The numbers clearly tell the story of this disenfranchising system. Over the past 10 years, the all-day voting portion of the meeting saw about 12% average turnout, based on the number of people on the voter checklist in each election and the number of people who actually cast ballots. This figure is highly variable from year to year, with some meetings dropping below 4%  and others having over 30% — presumably reflecting the varying importance of a particular year’s set of ballot questions. But even the high water mark — May of 2017, when 3,503 voters cast ballots — is less than half of last November’s presidential election, which saw a whopping 7,171 voters cast ballots. 

Meanwhile, the in-person budget meeting seemingly accounts for low participation by design. There was no way that the 7,171 voters who voted in last year’s presidential election could’ve fit in the available space in Dewey Lot, maybe not even half of that number. When the eyes of many progressives are turned to Republican voter suppression and “defending democracy,” the fact that the ostensibly-liberal Hanover still relies on such a system is, as the kids say, a bad look.

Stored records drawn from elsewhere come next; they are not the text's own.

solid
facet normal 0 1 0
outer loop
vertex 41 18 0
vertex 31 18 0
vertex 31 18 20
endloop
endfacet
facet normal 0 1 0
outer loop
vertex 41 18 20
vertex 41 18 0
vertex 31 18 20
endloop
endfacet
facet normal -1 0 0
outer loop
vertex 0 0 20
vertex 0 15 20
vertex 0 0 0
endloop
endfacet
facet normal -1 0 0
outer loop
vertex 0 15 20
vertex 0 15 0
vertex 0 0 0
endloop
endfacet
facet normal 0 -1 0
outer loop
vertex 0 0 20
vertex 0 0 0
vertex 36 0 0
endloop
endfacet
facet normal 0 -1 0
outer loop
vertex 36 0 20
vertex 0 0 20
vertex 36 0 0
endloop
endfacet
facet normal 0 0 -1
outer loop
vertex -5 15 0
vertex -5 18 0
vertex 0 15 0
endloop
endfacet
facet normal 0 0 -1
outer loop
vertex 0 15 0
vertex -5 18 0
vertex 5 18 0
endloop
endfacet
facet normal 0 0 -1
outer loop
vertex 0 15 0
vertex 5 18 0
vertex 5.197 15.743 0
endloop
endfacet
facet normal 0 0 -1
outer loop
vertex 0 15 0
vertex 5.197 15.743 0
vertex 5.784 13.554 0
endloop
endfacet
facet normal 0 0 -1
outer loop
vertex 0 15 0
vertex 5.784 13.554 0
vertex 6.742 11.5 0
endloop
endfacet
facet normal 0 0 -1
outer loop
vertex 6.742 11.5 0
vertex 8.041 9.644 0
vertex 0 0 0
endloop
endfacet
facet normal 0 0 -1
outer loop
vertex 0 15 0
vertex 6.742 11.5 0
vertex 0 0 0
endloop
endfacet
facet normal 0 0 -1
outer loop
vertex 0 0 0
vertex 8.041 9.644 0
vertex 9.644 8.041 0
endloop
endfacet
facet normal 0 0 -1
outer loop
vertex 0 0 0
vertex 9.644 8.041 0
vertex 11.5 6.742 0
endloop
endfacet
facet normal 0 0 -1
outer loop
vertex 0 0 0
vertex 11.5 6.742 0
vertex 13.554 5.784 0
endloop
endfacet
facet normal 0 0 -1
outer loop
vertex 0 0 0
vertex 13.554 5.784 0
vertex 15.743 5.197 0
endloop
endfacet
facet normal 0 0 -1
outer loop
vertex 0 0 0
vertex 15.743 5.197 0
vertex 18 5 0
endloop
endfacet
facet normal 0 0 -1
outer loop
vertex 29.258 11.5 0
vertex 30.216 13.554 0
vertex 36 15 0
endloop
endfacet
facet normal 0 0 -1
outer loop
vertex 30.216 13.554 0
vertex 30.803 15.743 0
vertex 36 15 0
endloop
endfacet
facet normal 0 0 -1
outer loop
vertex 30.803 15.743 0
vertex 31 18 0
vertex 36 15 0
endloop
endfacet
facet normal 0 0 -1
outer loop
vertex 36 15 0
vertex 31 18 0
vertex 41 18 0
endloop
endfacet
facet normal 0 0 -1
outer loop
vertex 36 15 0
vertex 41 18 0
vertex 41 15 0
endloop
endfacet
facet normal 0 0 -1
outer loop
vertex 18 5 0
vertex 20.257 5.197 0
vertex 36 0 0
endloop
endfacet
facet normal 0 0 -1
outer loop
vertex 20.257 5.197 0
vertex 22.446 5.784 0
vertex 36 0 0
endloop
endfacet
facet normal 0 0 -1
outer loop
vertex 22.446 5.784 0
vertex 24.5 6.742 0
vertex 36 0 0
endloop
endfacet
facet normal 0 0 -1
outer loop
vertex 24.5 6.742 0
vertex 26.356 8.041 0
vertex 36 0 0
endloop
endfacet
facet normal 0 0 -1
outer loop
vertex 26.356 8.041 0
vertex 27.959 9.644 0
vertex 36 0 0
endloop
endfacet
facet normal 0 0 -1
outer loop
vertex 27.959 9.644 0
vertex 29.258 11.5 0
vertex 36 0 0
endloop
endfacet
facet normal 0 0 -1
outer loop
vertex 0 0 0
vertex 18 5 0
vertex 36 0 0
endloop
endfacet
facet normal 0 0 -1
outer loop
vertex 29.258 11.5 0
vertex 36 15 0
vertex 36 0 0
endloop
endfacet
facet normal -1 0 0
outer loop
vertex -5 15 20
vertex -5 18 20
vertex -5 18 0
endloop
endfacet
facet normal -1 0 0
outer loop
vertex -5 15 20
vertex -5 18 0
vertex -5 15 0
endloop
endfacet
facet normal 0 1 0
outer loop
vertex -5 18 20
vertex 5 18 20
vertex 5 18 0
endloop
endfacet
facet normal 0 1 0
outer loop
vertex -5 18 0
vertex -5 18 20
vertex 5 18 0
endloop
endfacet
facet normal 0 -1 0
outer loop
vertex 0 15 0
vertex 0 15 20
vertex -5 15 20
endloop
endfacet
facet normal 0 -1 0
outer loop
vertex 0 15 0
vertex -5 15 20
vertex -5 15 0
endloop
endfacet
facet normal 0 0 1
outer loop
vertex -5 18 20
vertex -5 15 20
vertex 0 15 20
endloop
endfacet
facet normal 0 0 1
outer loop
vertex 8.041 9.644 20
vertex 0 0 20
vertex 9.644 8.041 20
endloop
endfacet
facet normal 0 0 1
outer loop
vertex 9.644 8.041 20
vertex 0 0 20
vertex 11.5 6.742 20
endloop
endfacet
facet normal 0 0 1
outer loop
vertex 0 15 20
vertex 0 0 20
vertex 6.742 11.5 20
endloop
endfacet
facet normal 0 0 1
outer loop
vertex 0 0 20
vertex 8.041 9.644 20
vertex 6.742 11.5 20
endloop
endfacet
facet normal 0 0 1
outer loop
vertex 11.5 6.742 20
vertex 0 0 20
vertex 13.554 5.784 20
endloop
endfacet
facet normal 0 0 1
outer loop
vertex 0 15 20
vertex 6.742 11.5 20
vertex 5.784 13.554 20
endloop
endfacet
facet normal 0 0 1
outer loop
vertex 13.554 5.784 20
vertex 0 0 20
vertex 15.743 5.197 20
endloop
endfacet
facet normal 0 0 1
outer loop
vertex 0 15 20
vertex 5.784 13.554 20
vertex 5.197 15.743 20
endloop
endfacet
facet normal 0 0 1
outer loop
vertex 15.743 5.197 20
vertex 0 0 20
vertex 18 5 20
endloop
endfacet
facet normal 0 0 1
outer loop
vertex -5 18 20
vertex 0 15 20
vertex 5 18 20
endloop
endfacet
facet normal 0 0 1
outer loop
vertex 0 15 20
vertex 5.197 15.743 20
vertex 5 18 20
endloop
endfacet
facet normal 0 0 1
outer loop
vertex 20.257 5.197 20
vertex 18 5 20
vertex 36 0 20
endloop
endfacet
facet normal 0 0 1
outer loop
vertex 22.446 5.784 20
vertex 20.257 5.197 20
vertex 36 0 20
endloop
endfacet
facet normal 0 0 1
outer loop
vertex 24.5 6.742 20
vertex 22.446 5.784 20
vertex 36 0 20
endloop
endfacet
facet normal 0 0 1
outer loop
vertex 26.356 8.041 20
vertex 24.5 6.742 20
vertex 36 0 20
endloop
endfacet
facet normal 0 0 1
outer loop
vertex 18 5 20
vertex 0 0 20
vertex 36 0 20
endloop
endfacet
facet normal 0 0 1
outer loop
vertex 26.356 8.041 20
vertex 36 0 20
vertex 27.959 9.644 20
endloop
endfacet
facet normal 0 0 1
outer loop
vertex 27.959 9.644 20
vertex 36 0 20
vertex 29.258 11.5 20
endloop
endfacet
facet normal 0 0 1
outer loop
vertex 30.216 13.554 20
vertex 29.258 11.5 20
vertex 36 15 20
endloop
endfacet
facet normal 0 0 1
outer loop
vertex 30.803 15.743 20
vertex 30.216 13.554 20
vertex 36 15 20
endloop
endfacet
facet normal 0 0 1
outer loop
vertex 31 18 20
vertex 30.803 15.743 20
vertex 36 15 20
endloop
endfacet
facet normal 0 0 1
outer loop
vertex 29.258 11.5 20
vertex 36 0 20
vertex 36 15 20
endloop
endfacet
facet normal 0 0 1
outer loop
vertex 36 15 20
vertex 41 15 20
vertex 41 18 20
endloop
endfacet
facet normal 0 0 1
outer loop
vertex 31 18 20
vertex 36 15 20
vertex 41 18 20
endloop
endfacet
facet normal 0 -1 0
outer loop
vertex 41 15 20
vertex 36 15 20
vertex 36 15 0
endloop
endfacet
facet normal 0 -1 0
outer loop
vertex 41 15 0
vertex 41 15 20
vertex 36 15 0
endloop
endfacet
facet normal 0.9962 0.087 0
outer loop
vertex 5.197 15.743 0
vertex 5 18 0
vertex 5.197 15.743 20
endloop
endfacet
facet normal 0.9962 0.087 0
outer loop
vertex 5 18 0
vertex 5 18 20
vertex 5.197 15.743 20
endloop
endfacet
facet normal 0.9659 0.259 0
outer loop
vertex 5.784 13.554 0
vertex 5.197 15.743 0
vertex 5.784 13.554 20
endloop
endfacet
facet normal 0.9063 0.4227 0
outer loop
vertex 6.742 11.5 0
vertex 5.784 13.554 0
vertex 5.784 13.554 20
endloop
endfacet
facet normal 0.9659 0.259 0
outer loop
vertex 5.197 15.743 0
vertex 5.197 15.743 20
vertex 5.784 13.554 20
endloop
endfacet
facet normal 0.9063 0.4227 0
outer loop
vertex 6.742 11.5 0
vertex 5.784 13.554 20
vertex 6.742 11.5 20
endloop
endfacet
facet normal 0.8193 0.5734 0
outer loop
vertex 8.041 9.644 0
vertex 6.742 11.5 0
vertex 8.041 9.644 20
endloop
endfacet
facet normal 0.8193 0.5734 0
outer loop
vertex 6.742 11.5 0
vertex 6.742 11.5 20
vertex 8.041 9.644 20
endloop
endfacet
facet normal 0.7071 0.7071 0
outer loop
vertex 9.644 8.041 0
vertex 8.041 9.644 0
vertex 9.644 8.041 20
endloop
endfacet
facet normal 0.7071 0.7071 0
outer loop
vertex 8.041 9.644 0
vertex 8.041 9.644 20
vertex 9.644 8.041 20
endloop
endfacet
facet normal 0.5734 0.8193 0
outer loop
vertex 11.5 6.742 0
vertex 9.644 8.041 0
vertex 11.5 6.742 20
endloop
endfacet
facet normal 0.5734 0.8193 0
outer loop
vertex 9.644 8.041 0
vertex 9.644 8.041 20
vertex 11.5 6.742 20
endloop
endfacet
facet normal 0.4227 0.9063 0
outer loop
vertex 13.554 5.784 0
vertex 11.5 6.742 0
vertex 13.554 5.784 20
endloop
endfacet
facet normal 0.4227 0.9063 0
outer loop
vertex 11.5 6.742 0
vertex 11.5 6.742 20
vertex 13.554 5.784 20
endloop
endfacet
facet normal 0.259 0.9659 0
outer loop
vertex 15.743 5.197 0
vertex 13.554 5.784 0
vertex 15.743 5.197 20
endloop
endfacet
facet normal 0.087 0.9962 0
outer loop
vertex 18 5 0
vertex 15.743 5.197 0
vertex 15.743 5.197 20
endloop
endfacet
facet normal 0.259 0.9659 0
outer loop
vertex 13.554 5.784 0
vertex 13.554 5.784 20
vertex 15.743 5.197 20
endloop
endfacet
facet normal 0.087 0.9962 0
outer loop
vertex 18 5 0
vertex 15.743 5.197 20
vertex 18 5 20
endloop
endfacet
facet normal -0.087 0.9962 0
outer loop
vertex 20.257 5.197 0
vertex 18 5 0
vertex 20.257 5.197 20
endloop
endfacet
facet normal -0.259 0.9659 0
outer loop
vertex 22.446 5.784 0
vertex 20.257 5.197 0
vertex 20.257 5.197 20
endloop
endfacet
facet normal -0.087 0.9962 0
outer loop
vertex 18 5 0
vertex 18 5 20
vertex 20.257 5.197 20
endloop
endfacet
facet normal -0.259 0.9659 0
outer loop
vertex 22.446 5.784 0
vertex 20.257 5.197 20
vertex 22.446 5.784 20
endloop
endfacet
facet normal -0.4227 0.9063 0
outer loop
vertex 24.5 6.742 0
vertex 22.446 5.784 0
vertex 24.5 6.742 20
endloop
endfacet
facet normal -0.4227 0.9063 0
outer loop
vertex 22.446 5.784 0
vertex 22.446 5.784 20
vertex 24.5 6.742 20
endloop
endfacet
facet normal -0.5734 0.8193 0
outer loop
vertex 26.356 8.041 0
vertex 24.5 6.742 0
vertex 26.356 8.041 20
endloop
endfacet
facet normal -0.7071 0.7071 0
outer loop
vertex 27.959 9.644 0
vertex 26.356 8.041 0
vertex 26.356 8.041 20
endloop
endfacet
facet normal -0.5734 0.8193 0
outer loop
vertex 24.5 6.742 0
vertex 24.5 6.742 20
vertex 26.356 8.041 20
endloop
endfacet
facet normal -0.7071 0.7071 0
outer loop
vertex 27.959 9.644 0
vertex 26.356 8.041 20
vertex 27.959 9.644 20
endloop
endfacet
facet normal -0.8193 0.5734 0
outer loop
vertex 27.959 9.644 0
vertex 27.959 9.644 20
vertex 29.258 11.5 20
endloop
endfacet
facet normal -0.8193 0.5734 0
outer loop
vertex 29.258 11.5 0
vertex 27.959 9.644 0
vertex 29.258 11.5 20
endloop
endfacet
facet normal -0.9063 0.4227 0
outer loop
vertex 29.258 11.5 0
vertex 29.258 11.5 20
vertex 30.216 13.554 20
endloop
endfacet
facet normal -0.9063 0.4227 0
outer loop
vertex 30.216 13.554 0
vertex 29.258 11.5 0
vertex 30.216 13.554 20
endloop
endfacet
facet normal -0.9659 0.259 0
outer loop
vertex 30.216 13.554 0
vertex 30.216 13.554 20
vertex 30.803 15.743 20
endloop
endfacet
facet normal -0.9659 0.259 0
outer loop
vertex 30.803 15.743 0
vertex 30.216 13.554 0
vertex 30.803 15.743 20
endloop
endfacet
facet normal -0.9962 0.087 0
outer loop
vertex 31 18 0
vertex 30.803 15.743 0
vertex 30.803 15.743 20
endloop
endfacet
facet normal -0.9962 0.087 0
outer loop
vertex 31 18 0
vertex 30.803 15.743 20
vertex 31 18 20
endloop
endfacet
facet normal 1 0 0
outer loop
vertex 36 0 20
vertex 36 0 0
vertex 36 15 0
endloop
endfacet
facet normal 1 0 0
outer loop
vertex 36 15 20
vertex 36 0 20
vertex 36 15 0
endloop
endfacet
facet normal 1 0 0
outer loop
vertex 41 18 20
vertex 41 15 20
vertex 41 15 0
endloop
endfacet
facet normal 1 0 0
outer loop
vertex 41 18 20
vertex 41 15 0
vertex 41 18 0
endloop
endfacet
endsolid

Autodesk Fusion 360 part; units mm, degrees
sketch "Sketch1" plane through (0, 0, 0) normal (0, 0, 1) x (1, 0, 0)
  line L0 (0, 0) -> (36, 0)
  line L1 (36, 0) -> (36, 18)
  line L2 (36, 18) -> (0, 18)
  line L3 (0, 18) -> (0, 0)
  dimension "d1" = 36
  dimension "d2" = 18
extrude "Extrude1" add sketch "Sketch1" along normal blind 20
sketch "Sketch2" plane through (0, 0, 20) normal (0, 0, 1) x (-1, 0, 0)
  line L0 (0, -18) -> (0, 0)
  line L1 (0, 0) -> (-36, 0)
  line L2 (-36, 0) -> (-36, -18)
  line L3 (-36, -18) -> (0, -18)
  circle A0 centre (-18, -18) radius 13
  dimension "d5" = 26
extrude "Extrude2" cut sketch "Sketch2" against normal blind 20 contours L3 A0 picked at (-19.0768, -11.2377)
ref_plane "WorkPlane1" through (0, 20, 0) normal (0, 1, 0) x (0, 0, 1)
sketch "Sketch3" plane through (36, 0, 0) normal (1, 0, 0) x (0, 1, 0)
  line L0 (0, 0) -> (18, 0)
  line L1 (18, 0) -> (18, 20)
  line L2 (18, 20) -> (0, 20)
  line L3 (0, 20) -> (0, 0)
  line L4 (18, 20) -> (15, 20)
  line L5 (15, 20) -> (15, 0)
  line L6 (15, 0) -> (18, 0)
  line L7 (18, 0) -> (18, 20)
extrude "Extrude3" add sketch "Sketch3" along normal blind 5 contours L0 L1 L2 L4 L5 L6 L7
sketch "Sketch4" plane through (0, 0, 0) normal (-1, 0, 0) x (0, -1, 0)
  line L0 (-18, 0) -> (0, 0)
  line L1 (0, 0) -> (0, 20)
  line L2 (0, 20) -> (-18, 20)
  line L3 (-18, 20) -> (-18, 0)
  line L4 (-18, 20) -> (-15, 20)
  line L5 (-15, 20) -> (-15, 0)
  line L6 (-15, 0) -> (-18, 0)
  line L7 (-18, 0) -> (-18, 20)
  point P0 (-15, 0)
extrude "Extrude4" add sketch "Sketch4" along normal blind 5 contours L0 L2 L3 L4 L5 L6 L7
sketch "Sketch5" plane through (0, 15, 0) normal (0, -1, 0) x (1, 0, 0)
  line L0 (36, 20) -> (36, 0)
  line L1 (36, 0) -> (41, 0)
  line L2 (41, 0) -> (41, 20)
  line L3 (41, 20) -> (36, 20)
  line L4 (36, 10) -> (46, 10) construction
  circle A0 centre (38.5, 15) radius 1.5
  line L5 (5, 20) -> (5, 0)
  line L6 (18, 10) -> (18, 25) construction
  circle A1 centre (38.5, 5) radius 1.5
  circle A2 centre (-2.5, 15) radius 1.5
  circle A3 centre (-2.5, 5) radius 1.5
  point P0 (0, 20)
  dimension "d13" = 3
  dimension "d14" = 5
  dimension "d15" = 2.5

Fortunately, low participation and confusing ballot questions are a problem representative government is built to solve — we elect representatives to act in our interest who can actually dedicate time to understanding the intricacies of certain decisions. Hanover can adopt this mode of government by chartering as a city and creating a regularly-elected city council. But wouldn’t this destroy Hanover’s character as a close-knit small town? Well, if Hanover was looking for harmony amongst its population, they seem to have already failed, with tensions between students and long-time residents boiling over. The community participation and transparency of a town meeting form of government are an illusion — there is no true forum for citizens to come together and work out issues, only confusingly-worded questions voted on by a fraction of the population. 

Representatives would do well here — let them debate out the fine details and then face accountability from voters on their record. Our next-door neighbor, Lebanon, has been a city for over 60 years, with six city councillors elected from various districts and three elected at-large by the whole city. If Hanover had a similar system, one or more districts could be dominated by students, while others could still adequately represent the town resident majority. Direct voter input would also still be permitted under such a system, which can be useful on issues of particular public interest; cities in New Hampshire are allowed to hold referendums and regularly do so. 

This will clearly not be an end-all, be-all fix. Cities across the state still struggle with issues of turnout; Lebanon saw an average turnout of about 18.0% at their past five municipal elections, only marginally better than Hanover’s. Additionally, there is a need for a fundamental realignment of how students and long-time town residents engage with each other; this is an issue of political culture which a new system of government cannot solve in itself, but can make progress towards. The failings of our existing system are simply so clear. Students have been shut out of power, just as a regional housing crisis grows ever more dire. If we want real change — or even just real democracy — in Hanover, then its town meeting form of government must go.